A Few Ideas…

For 47 Years, I Thought I Was Just Failing at “Normal”

For most of my life, I thought I was just doing whatever it took to be normal. I didn’t have a word for what I was doing—constantly scanning the room, mimicking what others did, putting on my best “socially acceptable” face even when my insides felt like a windstorm. I now know there was a word for it: masking. 

But for over 40 years, I had no idea that was what I’d been doing. I just thought I was bad at life. When I finally got diagnosed as neurodivergent, it was like someone slid a key into a lock I hadn’t realized existed. Suddenly, the parts of me I’d buried in shame—the quirks I thought were flaws, the struggles I assumed were laziness or incompetence—had context. They weren’t failures. They were traits. Real, explainable, understandable parts of a neurodivergent brain. 

 And as I started unpacking them, so much began to make sense. Like how something as simple as “doing the laundry” never felt simple to me. It didn’t register as one task. It was multiple stacked together: sorting, carrying, loading, remembering, switching, folding, putting away. If I dared to do something else mid-process—like, say, make lunch or return a call—I’d panic, convinced I’d forget where I left off. 

Everyone else seemed to juggle just fine. I assumed I was just bad at being an adult. Or how, whenever someone asked me a question or gave me a task, it felt like my mind had to shuffle through a deck of mental index cards before I could even begin to respond. That pause, that delay? I used to beat myself up for it. “Why am I so slow?” 

I thought I had poor self-control because when I loved something—a hobby, a creative project—I’d fall into a time vortex. Suddenly, it was 5 p.m. and I hadn’t eaten, hadn’t showered, hadn’t moved. I thought I was irresponsible, not passionate. 

There were moments where excitement bubbled over, and I’d burst into dance or act out stories mid-conversation—only to find myself completely drained afterward, needing to retreat and recharge in private. That pattern made no sense to me. I felt dramatic and ridiculous. 

A single comment—one small critique—could send me into a spiral of imaginary arguments and internal explosions. I didn’t know that was part of emotional dysregulation. I just thought I was too sensitive. 

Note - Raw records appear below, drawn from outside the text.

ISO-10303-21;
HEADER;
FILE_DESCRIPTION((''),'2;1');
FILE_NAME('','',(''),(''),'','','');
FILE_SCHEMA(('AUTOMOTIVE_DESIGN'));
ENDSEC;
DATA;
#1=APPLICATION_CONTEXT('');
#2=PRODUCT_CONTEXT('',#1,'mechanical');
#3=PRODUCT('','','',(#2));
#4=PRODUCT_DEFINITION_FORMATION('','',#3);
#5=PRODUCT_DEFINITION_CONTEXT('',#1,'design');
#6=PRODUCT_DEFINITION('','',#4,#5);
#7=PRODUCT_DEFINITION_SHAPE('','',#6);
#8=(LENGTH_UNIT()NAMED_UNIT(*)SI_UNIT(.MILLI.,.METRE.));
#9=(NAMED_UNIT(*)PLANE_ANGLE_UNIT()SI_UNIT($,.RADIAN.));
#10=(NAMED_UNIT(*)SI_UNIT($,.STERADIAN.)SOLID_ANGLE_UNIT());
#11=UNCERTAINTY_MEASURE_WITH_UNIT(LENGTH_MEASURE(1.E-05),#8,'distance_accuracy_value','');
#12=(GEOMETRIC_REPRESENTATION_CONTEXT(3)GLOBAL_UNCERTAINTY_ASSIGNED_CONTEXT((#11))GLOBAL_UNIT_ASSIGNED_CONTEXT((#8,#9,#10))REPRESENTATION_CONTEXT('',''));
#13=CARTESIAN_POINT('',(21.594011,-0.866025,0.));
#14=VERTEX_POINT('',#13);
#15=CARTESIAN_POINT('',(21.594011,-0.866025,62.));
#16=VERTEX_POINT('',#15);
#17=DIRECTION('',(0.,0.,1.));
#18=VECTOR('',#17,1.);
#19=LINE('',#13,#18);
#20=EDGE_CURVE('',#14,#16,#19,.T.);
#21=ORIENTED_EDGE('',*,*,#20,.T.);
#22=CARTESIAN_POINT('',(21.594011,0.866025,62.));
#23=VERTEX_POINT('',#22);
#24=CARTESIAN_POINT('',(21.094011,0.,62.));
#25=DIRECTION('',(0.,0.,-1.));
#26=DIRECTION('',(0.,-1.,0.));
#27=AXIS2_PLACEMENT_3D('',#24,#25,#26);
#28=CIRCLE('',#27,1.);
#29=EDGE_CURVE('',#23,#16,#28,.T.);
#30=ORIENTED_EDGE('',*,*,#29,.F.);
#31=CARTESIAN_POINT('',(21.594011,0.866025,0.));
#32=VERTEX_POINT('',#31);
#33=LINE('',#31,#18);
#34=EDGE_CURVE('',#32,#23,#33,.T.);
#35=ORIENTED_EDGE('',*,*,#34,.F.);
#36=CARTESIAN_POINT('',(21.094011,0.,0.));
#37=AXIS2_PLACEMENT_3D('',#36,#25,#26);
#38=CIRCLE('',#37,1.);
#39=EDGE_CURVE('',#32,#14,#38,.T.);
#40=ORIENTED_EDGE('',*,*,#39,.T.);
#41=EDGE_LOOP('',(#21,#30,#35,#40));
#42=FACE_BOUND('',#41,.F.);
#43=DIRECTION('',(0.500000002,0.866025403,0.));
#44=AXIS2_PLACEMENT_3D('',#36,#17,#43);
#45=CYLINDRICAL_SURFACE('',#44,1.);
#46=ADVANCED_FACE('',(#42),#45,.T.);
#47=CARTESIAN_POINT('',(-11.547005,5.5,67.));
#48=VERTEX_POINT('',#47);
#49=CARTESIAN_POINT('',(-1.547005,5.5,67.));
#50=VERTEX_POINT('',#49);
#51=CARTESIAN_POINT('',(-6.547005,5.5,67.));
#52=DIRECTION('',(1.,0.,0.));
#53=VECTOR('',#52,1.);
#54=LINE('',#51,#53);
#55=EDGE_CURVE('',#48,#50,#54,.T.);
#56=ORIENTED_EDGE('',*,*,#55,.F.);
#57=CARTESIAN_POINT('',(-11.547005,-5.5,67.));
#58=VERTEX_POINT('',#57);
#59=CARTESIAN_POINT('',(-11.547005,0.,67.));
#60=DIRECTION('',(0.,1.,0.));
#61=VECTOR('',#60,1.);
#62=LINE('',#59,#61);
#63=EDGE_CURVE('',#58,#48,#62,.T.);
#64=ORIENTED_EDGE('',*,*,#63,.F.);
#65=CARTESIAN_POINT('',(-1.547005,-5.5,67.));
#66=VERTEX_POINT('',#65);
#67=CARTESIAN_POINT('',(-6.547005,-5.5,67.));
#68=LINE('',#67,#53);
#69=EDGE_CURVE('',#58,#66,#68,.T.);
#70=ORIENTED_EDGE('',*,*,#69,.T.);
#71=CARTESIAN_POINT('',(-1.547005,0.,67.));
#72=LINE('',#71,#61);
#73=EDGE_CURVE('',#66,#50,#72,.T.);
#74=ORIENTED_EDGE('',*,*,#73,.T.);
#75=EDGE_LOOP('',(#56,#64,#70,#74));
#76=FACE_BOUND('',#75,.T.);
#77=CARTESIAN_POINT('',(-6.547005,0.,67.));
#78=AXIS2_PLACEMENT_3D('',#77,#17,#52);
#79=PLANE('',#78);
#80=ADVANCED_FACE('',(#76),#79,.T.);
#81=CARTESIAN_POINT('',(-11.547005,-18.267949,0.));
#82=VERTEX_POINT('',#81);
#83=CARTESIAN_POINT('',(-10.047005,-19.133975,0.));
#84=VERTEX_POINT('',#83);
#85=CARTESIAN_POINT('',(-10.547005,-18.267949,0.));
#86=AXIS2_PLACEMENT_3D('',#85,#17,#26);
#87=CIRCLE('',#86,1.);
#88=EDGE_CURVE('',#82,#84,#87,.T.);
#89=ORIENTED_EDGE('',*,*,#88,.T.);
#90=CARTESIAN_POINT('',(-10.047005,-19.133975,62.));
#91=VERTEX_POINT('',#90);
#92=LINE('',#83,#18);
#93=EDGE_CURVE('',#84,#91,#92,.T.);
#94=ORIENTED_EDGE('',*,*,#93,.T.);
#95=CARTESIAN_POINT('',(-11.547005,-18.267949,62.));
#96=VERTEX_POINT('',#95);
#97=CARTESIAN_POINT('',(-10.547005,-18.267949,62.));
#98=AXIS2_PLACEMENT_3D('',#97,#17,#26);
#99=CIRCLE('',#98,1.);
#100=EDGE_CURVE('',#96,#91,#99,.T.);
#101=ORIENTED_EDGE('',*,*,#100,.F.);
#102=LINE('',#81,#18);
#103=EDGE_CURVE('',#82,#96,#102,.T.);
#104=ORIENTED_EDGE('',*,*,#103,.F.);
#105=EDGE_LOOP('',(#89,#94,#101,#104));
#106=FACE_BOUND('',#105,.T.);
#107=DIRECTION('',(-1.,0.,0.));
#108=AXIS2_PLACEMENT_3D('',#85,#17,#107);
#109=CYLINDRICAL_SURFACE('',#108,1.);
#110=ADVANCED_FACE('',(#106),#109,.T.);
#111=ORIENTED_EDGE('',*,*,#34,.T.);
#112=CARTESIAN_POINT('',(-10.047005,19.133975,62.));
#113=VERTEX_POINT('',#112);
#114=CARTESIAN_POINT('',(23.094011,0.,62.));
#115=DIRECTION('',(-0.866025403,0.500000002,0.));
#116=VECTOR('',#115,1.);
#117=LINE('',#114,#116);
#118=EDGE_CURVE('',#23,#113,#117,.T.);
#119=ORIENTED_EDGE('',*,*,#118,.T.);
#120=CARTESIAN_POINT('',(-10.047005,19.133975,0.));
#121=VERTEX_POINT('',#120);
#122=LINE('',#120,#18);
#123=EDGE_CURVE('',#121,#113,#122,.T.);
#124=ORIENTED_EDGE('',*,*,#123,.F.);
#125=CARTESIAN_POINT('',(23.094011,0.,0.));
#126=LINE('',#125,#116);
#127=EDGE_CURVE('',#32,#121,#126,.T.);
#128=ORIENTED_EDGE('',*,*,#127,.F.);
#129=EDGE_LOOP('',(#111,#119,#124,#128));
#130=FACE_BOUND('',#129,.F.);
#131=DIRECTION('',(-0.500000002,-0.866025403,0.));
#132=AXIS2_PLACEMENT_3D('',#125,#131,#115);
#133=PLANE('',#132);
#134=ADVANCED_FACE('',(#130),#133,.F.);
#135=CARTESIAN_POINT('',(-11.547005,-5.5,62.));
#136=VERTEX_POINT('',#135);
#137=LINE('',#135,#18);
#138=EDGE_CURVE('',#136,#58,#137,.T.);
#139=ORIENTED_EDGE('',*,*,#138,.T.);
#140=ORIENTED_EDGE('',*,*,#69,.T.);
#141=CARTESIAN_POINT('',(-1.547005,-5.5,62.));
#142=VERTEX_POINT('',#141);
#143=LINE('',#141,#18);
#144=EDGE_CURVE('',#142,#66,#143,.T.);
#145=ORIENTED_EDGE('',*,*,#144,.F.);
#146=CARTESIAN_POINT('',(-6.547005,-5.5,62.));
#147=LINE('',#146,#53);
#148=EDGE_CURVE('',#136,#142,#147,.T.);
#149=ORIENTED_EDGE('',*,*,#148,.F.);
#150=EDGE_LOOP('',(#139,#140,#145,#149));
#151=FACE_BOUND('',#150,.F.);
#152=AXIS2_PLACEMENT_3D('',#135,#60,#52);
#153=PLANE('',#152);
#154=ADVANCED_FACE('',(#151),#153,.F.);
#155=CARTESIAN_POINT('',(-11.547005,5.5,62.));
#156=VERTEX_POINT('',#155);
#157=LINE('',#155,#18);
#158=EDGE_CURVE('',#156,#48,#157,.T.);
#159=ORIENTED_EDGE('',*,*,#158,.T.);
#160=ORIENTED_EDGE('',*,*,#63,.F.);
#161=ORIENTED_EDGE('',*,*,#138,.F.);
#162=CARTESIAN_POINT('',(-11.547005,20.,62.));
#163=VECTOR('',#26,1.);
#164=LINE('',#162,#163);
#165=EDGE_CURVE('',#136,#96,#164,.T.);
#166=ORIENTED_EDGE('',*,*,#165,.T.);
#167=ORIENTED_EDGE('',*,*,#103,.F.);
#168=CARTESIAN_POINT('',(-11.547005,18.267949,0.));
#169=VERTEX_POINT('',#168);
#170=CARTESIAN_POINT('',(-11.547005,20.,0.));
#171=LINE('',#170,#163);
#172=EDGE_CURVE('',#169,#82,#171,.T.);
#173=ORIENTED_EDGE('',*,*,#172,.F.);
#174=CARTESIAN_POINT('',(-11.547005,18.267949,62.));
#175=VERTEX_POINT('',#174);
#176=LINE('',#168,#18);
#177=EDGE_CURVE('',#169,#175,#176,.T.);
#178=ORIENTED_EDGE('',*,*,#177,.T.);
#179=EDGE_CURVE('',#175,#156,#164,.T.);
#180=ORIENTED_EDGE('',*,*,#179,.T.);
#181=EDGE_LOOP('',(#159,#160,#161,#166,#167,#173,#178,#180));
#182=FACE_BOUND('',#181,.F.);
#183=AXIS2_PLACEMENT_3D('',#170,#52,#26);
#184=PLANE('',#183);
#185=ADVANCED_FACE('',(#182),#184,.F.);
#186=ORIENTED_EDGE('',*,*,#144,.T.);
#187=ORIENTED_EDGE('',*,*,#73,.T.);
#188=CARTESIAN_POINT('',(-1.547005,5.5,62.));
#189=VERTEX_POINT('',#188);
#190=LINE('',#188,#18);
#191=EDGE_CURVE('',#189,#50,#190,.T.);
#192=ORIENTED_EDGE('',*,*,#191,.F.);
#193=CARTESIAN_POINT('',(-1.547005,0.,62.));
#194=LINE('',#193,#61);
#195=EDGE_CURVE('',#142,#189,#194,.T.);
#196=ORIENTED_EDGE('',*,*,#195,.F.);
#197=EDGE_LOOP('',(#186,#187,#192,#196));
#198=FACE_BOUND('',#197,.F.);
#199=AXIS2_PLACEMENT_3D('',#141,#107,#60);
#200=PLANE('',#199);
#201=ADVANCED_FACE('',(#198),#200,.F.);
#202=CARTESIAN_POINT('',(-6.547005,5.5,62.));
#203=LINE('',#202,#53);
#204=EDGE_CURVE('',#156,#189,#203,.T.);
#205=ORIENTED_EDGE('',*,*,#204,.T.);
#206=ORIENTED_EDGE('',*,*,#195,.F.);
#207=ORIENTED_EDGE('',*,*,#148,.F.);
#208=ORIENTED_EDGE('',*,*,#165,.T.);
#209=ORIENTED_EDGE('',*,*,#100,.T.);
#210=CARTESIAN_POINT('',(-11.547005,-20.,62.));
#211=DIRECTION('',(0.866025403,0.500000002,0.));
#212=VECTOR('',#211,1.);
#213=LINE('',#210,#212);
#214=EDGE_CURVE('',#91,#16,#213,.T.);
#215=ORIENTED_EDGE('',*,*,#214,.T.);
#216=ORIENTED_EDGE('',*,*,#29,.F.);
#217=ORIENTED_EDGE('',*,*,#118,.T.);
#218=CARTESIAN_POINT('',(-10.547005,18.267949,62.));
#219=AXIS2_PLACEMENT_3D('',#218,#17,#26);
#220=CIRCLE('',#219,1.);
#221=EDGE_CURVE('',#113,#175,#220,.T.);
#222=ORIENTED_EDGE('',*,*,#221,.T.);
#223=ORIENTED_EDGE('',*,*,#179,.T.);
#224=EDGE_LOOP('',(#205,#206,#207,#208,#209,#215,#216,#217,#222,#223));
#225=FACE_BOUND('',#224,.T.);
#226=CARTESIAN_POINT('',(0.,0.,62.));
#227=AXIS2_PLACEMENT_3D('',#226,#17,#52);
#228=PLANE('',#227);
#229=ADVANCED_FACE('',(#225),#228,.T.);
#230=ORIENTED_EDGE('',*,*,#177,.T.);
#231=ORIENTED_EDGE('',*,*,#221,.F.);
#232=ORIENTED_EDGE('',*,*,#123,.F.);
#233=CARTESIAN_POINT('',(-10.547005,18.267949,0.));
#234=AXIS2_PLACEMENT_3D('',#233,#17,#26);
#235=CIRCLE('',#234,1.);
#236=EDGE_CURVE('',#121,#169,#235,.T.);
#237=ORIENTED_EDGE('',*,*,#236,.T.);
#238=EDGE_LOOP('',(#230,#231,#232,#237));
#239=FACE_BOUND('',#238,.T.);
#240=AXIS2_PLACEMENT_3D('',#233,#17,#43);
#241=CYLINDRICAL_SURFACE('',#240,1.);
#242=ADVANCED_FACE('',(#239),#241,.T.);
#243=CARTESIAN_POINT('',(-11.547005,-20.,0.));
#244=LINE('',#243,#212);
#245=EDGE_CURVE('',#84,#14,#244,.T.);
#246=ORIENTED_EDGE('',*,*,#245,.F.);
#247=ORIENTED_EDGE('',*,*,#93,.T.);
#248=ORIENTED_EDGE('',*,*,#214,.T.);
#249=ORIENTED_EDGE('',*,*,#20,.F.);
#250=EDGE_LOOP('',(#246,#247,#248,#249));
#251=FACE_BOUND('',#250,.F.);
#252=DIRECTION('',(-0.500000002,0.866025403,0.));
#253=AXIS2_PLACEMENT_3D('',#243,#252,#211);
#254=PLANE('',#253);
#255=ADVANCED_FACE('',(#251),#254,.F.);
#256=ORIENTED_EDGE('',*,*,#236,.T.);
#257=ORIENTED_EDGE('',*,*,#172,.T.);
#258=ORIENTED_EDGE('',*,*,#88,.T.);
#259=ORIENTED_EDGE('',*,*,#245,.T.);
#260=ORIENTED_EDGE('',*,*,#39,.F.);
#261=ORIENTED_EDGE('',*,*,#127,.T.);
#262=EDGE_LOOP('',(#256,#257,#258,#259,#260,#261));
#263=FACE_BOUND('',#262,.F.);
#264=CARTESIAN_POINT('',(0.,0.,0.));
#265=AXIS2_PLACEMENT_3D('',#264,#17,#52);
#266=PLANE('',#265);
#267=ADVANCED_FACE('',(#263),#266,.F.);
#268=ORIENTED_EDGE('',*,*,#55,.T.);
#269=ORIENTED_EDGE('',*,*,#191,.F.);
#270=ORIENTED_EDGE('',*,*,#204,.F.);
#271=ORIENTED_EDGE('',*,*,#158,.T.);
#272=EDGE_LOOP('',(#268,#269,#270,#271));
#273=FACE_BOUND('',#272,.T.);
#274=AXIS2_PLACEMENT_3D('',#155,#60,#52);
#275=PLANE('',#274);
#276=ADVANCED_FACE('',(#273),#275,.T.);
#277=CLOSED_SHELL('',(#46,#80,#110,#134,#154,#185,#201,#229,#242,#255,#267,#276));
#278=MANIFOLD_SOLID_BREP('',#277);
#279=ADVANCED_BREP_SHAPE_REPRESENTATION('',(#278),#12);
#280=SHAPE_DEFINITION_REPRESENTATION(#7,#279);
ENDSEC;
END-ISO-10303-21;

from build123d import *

# Parameters (mm, degrees)
PAD_DEPTH    = 62
FILLET_R     = 1
SKETCH001_W  = 10
SKETCH001_H  = 11
PAD001_DEPTH = 5


with BuildPart() as part:
    # Sketch (on XY_Plane of Origin) → Pad (new body)
    with BuildSketch(Plane.XY):
        Polygon((23.094011, 0), (-11.547005, 20), (-11.547005, -20), align=None)
    extrude(amount=PAD_DEPTH)

    # Fillet
    fillet_edges = [part.edges().sort_by_distance(p)[0] for p in [
        (-11.547005, 20, 31),
        (23.094011, 0, 31),
        (-11.547005, -20, 31),
    ]]
    fillet(fillet_edges, radius=FILLET_R)

    # Sketch001 (on Face5 of Fillet) → Pad001 (join)
    with BuildSketch(Plane.XY.offset(62)):
        with Locations((-6.547005, 0)):
            Rectangle(SKETCH001_W, SKETCH001_H)
    extrude(amount=PAD001_DEPTH)


solid = part.part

Social interactions? They were survival exercises. I studied people obsessively to figure out how to fit in. I kept a mental loop running: “Make eye contact. Sit still. Look interested. Eye contact. Still. Interested…” But while I ran that loop, I wasn’t listening. I missed entire conversations because I was so desperate to look normal. And if I tried too hard not to interrupt, I’d forget my thought altogether. 

Then I’d spend the rest of the night replaying the interaction, wondering if I’d been too much, or not enough, or accidentally offensive. 

I hated how “immature” I felt—jumping around the house when I was overstimulated, acting out scenes from stories in my head. It soothed me. But I believed it made me weird, childish, broken. 

 And when I had a big, imaginative idea—something that lit me up—I’d get stuck. I’d try to do it “the right way,” the normal way, and I’d end up bored or blocked. It was like two parts of me were constantly at war: one creative and alive, the other trying desperately to be respectable and rule-abiding. 

There are a hundred more examples. A thousand. This has been my life. And for so long, I thought I was just failing. That I wasn’t trying hard enough. That I was too emotional. Too messy. Too much. But my diagnosis didn’t just give me an explanation. It gave me permission. Permission to stop fighting my brain and start understanding it. Permission to find tools that actually work for me. Permission to stop being ashamed. 

No, I can’t undo 47 years of feeling like I didn’t belong. But I can start telling the truth. I can be open. I can be vulnerable. And maybe—just maybe—I can help someone else realize they’re not broken either. Because neurodivergence is real. It matters. 

And talking about it isn’t just about raising awareness. It’s about changing the world—so people like me don’t have to spend half their lives believing they’re failures… just for being different.